### Aim of the task
Among the entries below, extract exactly the lines that run from the one with "#95=ORIENTED_EDGE('',*,*,#42,.F.);" through the one with "#121=PLANE('',#58);", both ends included.

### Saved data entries
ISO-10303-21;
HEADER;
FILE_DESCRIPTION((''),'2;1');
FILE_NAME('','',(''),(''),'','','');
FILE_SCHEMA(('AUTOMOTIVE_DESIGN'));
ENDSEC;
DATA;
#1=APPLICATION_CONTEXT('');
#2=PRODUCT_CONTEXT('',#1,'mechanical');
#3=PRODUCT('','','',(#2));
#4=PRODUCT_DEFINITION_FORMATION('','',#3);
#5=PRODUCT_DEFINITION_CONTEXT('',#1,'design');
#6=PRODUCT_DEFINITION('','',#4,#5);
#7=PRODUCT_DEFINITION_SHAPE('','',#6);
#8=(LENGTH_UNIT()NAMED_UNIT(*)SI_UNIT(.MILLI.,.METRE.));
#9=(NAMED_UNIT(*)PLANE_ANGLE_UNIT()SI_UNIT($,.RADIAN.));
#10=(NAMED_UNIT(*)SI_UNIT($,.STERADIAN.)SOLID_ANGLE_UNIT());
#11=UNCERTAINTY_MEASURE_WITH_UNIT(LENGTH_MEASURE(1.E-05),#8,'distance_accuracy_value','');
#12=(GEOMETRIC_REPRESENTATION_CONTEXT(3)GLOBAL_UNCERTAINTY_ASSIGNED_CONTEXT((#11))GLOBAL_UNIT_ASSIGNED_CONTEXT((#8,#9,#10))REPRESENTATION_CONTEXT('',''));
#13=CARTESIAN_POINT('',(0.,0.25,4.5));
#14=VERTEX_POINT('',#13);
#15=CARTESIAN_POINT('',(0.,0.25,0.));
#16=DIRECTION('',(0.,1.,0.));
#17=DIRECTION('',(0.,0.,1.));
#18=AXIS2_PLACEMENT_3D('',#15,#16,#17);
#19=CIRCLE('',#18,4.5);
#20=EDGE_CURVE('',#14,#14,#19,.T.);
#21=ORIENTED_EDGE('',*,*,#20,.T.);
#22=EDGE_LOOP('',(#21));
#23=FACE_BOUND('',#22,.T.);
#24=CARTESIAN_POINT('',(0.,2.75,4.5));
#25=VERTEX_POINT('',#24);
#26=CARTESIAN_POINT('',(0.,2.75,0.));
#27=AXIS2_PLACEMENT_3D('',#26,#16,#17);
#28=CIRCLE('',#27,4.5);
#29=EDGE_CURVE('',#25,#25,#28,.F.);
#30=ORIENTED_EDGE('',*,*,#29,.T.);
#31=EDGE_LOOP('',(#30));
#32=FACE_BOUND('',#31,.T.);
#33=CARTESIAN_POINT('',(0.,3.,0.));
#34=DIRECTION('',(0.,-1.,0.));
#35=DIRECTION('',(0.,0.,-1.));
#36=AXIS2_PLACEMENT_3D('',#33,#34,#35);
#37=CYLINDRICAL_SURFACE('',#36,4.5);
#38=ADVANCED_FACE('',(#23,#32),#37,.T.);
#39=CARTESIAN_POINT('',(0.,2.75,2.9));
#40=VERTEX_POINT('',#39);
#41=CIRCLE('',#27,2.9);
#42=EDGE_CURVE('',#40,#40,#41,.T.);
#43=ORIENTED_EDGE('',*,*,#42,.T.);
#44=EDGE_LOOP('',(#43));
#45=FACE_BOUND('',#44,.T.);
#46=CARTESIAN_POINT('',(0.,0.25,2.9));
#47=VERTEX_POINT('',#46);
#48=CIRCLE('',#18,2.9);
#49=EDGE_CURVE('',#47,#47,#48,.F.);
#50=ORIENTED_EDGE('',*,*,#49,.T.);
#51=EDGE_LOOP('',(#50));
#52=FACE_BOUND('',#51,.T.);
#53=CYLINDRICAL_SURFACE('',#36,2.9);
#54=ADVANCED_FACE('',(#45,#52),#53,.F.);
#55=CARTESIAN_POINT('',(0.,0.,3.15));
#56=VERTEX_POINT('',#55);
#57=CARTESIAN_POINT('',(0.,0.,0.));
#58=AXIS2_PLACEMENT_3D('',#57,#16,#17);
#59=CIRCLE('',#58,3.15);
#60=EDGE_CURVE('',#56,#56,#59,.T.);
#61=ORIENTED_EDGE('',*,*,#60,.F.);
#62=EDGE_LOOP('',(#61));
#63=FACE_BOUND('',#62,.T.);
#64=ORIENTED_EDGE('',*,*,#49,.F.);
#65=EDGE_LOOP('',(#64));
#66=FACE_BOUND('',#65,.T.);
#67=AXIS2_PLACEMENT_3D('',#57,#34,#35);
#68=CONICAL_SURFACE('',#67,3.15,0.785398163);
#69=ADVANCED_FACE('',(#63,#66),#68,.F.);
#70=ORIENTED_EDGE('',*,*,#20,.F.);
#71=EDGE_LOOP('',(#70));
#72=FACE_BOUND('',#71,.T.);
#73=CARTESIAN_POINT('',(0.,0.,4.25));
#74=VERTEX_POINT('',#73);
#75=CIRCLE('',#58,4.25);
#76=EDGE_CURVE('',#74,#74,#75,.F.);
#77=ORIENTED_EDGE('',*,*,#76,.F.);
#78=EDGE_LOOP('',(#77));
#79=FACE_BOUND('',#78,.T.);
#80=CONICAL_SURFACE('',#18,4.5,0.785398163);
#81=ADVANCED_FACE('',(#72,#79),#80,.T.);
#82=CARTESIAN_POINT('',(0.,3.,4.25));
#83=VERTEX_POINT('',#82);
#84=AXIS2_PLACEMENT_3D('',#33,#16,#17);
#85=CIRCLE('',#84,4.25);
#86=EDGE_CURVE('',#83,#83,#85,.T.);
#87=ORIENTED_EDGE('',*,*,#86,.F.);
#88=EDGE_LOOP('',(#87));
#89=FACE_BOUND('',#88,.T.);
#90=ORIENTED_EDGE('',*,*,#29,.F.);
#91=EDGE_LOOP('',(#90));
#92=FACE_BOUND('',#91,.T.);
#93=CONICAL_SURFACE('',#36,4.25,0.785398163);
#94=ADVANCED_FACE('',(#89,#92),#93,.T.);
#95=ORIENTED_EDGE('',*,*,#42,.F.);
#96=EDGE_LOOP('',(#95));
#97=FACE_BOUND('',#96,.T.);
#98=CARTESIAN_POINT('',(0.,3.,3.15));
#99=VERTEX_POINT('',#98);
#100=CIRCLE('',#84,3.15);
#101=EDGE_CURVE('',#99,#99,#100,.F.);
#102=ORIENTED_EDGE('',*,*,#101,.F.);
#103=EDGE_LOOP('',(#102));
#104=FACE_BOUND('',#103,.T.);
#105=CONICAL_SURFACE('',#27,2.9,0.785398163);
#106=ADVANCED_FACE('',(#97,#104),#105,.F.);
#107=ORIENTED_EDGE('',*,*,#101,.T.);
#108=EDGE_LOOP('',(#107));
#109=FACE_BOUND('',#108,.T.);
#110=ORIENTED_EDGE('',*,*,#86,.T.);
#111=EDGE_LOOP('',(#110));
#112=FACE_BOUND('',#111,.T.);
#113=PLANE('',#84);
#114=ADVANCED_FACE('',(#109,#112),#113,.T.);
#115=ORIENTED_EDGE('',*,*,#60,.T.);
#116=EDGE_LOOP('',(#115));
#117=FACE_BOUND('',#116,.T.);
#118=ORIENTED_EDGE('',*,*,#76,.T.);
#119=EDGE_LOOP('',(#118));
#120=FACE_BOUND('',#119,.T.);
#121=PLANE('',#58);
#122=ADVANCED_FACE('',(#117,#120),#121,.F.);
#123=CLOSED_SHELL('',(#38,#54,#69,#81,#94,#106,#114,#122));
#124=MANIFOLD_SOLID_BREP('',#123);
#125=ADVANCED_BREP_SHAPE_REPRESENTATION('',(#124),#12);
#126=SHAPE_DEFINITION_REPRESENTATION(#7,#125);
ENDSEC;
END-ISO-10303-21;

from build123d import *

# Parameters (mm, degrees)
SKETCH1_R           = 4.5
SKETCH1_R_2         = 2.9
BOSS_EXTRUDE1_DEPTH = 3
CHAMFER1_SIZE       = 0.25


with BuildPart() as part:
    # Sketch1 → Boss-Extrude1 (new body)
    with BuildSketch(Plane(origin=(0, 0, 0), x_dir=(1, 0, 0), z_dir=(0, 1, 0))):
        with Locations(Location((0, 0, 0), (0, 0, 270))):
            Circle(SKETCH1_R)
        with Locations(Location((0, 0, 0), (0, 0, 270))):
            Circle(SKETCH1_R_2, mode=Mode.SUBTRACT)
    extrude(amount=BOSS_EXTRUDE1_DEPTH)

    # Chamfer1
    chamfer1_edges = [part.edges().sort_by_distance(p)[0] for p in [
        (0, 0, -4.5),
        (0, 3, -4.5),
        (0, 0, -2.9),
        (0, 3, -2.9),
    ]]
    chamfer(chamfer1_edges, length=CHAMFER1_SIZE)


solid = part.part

### Task output
#95=ORIENTED_EDGE('',*,*,#42,.F.);
#96=EDGE_LOOP('',(#95));
#97=FACE_BOUND('',#96,.T.);
#98=CARTESIAN_POINT('',(0.,3.,3.15));
#99=VERTEX_POINT('',#98);
#100=CIRCLE('',#84,3.15);
#101=EDGE_CURVE('',#99,#99,#100,.F.);
#102=ORIENTED_EDGE('',*,*,#101,.F.);
#103=EDGE_LOOP('',(#102));
#104=FACE_BOUND('',#103,.T.);
#105=CONICAL_SURFACE('',#27,2.9,0.785398163);
#106=ADVANCED_FACE('',(#97,#104),#105,.F.);
#107=ORIENTED_EDGE('',*,*,#101,.T.);
#108=EDGE_LOOP('',(#107));
#109=FACE_BOUND('',#108,.T.);
#110=ORIENTED_EDGE('',*,*,#86,.T.);
#111=EDGE_LOOP('',(#110));
#112=FACE_BOUND('',#111,.T.);
#113=PLANE('',#84);
#114=ADVANCED_FACE('',(#109,#112),#113,.T.);
#115=ORIENTED_EDGE('',*,*,#60,.T.);
#116=EDGE_LOOP('',(#115));
#117=FACE_BOUND('',#116,.T.);
#118=ORIENTED_EDGE('',*,*,#76,.T.);
#119=EDGE_LOOP('',(#118));
#120=FACE_BOUND('',#119,.T.);
#121=PLANE('',#58);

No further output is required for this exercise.